Renewable Materials Investment Credit (New IRC Section 48F)
- Provides 30% credit on the cost (basis) of new depreciable equipment or property integral to a qualified facility producing renewable materials.
- No overlap: Facilities claiming production credit cannot claim investment credit, and vice versa.
- Applies to property placed in service after enactment; reduced if tax-exempt bonds used; allows progress payments.
General Rules
- Coordinates with clean fuel production credit (excludes overlap).
- Treasury Secretary (with Agriculture Secretary) must issue regulations within 180 days of enactment.
- Effective: Production credit for material after enactment; investment credit for property after enactment.
Significant Changes to Existing Law
- Adds new IRC sections 45BB (production credit) and 48F (investment credit) to business and investment tax credit subparts.
- Makes credits transferable under IRC Section 6418 (allows sale to third parties).
- Updates general business credit list (Section 38), at-risk rules (Section 49), and others for consistency.
- No changes to fuel/food biomass credits; explicitly excludes them.
Potential Impacts
- Government agencies: IRS/Treasury gains administrative burden (regulations, claims); potential revenue loss from credits but promotes bioeconomy jobs/revenue.
- Citizens/businesses: Lowers costs for building/operating U.S. biobased chemical/materials plants, spurring investment and production.
- International relations: Favors U.S./possession-sourced biomass, potentially boosting domestic agriculture/bioindustry over imports.
Main Stakeholders Affected
- Producers/investors: Companies manufacturing biobased chemicals/products (e.g., bioplastics, non-fuel solvents).
- Biomass suppliers: U.S. farmers, forestry, waste processors.
- Taxpayers: Eligible for credits or buyers via transfer.
- Government: IRS (enforcement), Treasury/Department of Agriculture (guidance).
Notable Legal, Constitutional, or Political Implications
- Legal: Relies on existing IRC framework (e.g., general business credits); first-claim rule prevents double-claiming in supply chains; cap limits abuse.
- Constitutional: Standard tax incentive under Congress's taxing power; no apparent federalism issues as facilities must be domestic.
- Political: Supports "renewable materials" (non-energy biomass uses), differentiating from fuel subsidies; bipartisan sponsors signal cross-aisle appeal for ag/bio-manufacturing.
This summary was generated by AI and may contain inaccuracies.

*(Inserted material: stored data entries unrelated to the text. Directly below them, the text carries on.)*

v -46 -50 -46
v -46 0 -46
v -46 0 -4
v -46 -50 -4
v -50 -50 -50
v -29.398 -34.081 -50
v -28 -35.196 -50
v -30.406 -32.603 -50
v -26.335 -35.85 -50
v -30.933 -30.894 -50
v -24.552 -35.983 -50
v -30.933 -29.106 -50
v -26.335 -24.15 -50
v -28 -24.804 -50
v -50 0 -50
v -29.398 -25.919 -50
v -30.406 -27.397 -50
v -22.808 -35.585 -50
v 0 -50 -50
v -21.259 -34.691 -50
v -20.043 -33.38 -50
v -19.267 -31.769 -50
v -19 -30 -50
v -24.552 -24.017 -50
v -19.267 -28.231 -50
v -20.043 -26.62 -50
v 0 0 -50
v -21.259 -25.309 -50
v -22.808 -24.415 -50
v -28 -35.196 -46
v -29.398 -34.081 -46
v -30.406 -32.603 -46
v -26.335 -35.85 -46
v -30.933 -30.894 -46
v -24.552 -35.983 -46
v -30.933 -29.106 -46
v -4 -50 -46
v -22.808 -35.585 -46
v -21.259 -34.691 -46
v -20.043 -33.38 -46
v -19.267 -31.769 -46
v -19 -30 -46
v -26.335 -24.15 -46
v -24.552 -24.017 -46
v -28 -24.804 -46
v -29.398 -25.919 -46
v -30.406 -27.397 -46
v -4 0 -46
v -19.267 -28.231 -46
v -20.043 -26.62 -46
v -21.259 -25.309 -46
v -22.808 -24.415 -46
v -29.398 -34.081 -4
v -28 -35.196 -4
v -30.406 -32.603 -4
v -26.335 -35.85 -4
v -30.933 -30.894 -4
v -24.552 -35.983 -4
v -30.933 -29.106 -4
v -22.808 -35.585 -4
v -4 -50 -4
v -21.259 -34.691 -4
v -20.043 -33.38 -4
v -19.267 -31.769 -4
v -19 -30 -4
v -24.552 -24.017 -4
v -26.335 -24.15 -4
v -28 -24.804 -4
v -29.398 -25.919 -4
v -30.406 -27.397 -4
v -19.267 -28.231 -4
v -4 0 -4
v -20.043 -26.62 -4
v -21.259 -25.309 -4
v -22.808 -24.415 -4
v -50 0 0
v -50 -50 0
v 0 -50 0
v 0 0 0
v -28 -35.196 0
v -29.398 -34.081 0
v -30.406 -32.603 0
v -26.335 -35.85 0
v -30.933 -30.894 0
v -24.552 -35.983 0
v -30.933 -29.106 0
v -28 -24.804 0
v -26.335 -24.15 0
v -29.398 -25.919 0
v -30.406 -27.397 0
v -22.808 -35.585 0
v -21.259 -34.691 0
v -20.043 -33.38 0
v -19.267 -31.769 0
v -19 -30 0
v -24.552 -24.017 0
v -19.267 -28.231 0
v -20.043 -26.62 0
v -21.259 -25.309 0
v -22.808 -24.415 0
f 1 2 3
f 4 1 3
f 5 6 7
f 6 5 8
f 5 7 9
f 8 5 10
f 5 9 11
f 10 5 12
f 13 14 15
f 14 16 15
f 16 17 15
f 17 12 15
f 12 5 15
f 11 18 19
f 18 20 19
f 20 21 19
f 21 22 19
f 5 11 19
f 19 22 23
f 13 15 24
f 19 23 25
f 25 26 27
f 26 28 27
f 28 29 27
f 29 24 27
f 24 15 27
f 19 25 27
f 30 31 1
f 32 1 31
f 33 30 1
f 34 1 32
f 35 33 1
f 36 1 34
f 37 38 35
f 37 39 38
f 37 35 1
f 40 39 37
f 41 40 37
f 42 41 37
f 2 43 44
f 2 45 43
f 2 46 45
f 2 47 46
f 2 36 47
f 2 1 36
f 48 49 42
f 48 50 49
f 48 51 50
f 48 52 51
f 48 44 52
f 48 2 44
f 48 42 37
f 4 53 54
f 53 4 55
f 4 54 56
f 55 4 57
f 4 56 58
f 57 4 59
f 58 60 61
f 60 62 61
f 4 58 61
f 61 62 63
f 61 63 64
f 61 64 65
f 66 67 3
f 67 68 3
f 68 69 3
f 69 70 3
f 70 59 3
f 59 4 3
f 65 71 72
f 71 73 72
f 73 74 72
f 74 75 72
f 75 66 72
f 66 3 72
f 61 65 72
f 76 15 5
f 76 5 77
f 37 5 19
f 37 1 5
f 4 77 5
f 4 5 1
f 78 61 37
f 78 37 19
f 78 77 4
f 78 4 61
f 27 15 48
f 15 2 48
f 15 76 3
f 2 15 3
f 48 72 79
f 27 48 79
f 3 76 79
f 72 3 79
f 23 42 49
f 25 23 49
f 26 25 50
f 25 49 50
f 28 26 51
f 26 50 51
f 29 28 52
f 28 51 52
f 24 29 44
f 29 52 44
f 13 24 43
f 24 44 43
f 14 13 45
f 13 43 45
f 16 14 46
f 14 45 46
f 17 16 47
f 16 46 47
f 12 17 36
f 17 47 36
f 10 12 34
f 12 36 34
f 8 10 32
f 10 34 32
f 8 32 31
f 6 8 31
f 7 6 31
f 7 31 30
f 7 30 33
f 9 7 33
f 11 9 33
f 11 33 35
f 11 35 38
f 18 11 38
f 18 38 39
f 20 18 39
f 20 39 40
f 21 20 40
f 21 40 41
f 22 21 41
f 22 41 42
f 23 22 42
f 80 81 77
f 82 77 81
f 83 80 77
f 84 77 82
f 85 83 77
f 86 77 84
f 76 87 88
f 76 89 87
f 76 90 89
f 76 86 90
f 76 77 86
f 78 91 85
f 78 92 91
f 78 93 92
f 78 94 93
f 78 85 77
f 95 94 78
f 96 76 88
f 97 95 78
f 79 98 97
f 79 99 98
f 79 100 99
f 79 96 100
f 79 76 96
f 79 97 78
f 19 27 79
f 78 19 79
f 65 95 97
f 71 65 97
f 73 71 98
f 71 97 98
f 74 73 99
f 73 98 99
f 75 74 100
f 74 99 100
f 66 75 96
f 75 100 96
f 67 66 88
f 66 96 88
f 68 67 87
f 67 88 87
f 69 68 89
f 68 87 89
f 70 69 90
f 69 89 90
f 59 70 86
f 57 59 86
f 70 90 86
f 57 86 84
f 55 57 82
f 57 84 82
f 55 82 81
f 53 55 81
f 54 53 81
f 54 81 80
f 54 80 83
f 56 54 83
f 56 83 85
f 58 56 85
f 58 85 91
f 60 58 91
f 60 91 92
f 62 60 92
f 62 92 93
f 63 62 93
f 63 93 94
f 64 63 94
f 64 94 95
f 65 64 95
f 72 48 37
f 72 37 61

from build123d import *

# Parameters (mm, degrees)
F0_W     = 50
F0_H     = 50
F0_W_2   = 42
F0_H_2   = 42
F1_DEPTH = 50
F2_R     = 6
F3_DEPTH = 50.001


with BuildPart() as f1:
    # F0 (on Front) → F1 (new body)
    with BuildSketch(Plane.XZ):
        with Locations((-25, -25)):
            Rectangle(F0_W, F0_H)
        with Locations((-25, -25)):
            Rectangle(F0_W_2, F0_H_2, mode=Mode.SUBTRACT)
    extrude(amount=F1_DEPTH)

    # F2 (on face) → F3 (cut, through all)
    with BuildSketch(Plane.XY):
        with Locations((-25, -30)):
            Circle(F2_R)
    extrude(amount=-F3_DEPTH, mode=Mode.SUBTRACT)


solid = f1.part
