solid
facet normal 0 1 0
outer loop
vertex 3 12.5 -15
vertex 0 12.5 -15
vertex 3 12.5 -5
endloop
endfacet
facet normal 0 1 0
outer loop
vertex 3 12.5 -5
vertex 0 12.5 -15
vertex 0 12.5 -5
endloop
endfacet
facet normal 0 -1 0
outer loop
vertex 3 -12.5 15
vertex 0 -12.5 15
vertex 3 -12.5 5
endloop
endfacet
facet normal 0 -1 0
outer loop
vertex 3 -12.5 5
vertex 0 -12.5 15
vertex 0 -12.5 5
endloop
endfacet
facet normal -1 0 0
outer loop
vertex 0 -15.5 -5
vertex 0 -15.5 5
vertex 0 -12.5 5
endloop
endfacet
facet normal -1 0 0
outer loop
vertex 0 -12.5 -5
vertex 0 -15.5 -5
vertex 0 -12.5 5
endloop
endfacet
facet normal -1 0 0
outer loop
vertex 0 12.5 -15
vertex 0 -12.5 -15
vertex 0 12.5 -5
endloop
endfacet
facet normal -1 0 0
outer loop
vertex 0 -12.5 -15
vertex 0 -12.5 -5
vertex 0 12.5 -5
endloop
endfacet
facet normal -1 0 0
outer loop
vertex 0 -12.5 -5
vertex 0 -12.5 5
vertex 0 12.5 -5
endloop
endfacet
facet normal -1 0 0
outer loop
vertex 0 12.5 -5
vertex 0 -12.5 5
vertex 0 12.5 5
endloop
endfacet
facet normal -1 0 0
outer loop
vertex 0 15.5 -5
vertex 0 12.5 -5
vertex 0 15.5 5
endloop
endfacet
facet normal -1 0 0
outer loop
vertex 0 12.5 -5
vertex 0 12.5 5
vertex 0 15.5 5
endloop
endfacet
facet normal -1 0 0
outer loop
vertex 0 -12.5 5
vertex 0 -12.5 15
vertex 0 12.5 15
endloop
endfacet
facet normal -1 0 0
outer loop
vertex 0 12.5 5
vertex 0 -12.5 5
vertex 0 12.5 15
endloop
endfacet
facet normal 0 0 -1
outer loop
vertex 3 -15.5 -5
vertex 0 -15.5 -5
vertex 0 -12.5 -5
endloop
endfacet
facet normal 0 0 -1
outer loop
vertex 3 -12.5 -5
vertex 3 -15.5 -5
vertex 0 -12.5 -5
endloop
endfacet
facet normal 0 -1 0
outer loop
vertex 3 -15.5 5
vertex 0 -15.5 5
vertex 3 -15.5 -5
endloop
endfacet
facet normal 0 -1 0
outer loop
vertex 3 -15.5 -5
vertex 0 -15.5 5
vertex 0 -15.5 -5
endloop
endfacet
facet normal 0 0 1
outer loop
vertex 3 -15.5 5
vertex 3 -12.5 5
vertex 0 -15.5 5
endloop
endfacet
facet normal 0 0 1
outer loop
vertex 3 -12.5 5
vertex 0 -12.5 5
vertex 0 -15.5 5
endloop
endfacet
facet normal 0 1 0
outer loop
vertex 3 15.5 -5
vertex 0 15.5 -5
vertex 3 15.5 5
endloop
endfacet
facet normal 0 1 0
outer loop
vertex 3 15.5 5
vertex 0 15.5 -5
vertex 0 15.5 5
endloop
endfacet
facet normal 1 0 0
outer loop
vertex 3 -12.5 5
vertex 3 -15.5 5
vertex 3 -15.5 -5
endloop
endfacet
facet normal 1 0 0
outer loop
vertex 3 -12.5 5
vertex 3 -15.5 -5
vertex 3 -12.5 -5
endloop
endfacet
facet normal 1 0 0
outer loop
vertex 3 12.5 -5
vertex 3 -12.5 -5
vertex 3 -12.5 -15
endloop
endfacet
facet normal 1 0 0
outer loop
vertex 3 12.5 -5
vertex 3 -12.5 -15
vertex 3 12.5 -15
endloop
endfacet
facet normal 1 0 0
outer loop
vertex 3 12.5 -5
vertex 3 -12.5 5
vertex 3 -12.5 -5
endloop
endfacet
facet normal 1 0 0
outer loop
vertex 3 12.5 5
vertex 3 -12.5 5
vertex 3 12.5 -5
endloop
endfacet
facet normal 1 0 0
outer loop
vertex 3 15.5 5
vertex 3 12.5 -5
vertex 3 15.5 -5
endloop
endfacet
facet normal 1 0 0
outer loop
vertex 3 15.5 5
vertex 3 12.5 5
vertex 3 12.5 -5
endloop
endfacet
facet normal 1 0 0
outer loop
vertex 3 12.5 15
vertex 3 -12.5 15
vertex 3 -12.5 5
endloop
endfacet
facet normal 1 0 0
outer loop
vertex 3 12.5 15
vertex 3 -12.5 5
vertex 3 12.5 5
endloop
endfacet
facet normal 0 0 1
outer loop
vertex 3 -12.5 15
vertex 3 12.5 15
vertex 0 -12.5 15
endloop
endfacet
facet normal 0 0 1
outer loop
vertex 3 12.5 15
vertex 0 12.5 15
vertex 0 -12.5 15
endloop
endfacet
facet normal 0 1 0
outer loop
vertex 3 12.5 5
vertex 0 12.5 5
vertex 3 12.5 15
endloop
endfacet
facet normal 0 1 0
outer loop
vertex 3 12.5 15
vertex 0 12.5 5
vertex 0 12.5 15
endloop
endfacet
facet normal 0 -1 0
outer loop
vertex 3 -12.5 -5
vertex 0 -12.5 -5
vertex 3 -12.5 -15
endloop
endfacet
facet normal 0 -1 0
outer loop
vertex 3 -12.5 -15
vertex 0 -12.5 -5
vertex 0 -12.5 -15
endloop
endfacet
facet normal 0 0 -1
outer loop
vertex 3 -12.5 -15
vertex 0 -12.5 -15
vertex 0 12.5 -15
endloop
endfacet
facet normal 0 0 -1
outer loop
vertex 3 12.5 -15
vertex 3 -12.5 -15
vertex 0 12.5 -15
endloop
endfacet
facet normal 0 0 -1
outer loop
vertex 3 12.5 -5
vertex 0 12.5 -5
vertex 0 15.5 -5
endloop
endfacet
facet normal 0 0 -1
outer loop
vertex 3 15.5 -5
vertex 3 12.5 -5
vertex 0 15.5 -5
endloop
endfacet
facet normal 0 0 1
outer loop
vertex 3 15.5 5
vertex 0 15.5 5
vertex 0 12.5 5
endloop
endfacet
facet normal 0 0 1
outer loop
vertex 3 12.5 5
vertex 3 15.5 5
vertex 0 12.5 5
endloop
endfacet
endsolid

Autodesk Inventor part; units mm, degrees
ref_plane "YZ Plane" through (0, 0, 0) normal (1, 0, 0) x (0, 1, 0)
ref_plane "XZ Plane" through (0, 0, 0) normal (0, 1, 0) x (-1, 0, 0)
ref_plane "XY Plane" through (0, 0, 0) normal (0, 0, 1) x (1, 0, 0)
sketch "Boceto1" plane through (0, 0, 0) normal (1, 0, 0) x (0, 1, 0)
  line L0 (-12.5, 15) -> (-12.5, 5)
  line L1 (-12.5, 5) -> (-15.5, 5)
  line L2 (-15.5, 5) -> (-15.5, -5)
  line L3 (-15.5, -5) -> (-12.5, -5)
  line L4 (-12.5, -5) -> (-12.5, -15)
  line L5 (-12.5, -15) -> (12.5, -15)
  line L6 (12.5, -15) -> (12.5, -5)
  line L7 (12.5, -5) -> (15.5, -5)
  line L8 (15.5, -5) -> (15.5, 5)
  line L9 (15.5, 5) -> (12.5, 5)
  line L10 (12.5, 5) -> (12.5, 15)
  line L11 (12.5, 15) -> (-12.5, 15)
  point P0 (0, 0)
extrude "Extrusión1" add sketch "Boceto1" along normal blind 3
properties part number "Battery_Wall1" material "MDF Tablero de fibras de densidad media"
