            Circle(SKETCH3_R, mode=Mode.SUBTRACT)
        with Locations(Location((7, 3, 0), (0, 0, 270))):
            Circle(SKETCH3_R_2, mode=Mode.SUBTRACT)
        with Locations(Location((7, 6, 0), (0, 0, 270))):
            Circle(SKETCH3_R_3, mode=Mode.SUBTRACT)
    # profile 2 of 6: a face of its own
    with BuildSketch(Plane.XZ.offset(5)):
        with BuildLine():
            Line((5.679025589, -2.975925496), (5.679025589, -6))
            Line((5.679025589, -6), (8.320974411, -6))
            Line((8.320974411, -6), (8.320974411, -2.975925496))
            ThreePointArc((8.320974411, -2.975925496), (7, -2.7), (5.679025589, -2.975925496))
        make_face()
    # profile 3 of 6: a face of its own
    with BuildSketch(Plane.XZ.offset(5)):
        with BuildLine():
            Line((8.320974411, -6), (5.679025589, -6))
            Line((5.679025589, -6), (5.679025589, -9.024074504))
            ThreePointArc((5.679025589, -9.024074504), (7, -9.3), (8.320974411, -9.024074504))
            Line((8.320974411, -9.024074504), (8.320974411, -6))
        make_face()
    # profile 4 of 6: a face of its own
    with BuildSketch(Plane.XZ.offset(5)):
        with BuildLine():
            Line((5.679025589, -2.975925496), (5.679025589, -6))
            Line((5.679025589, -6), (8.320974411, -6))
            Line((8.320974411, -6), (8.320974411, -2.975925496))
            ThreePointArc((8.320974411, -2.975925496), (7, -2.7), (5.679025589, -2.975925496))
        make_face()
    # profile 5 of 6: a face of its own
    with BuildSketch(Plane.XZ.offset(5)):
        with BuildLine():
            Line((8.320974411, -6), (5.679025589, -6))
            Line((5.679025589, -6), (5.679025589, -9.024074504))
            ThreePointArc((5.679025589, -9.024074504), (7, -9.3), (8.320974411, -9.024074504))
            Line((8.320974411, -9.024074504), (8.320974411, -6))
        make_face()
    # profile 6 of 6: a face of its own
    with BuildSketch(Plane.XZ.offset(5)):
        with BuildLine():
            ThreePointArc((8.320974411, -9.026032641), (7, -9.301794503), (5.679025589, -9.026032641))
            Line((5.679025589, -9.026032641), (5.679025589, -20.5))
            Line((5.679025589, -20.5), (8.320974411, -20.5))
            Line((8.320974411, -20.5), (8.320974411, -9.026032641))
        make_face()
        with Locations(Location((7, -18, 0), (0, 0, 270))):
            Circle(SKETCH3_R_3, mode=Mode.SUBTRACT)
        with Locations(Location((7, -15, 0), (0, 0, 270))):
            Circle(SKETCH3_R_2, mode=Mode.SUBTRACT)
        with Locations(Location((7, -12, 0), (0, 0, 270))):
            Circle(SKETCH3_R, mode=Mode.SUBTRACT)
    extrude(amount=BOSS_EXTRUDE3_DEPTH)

Refer to the official source document for the authoritative text.
Sponsor
Rep. Fischbach, Michelle [R-MN-7]
Cosponsors (4)
Rep. Budzinski, Nikki [D-IL-13], Rep. Baird, James R. [R-IN-4], Rep. Miller-Meeks, Mariannette [R-IA-1], Rep. Hinson, Ashley [R-IA-2]
Recent Actions
- 2026-03-27: Referred to the House Committee on Ways and Means.
- 2026-03-27: Introduced in House
- 2026-03-27: Introduced in House
Bill Versions
- To amend the Internal Revenue Code of 1986 to establish tax credits for the production of, and investment in, certain renewable materials. — issued 2026-03-27 — PDF (13 pages)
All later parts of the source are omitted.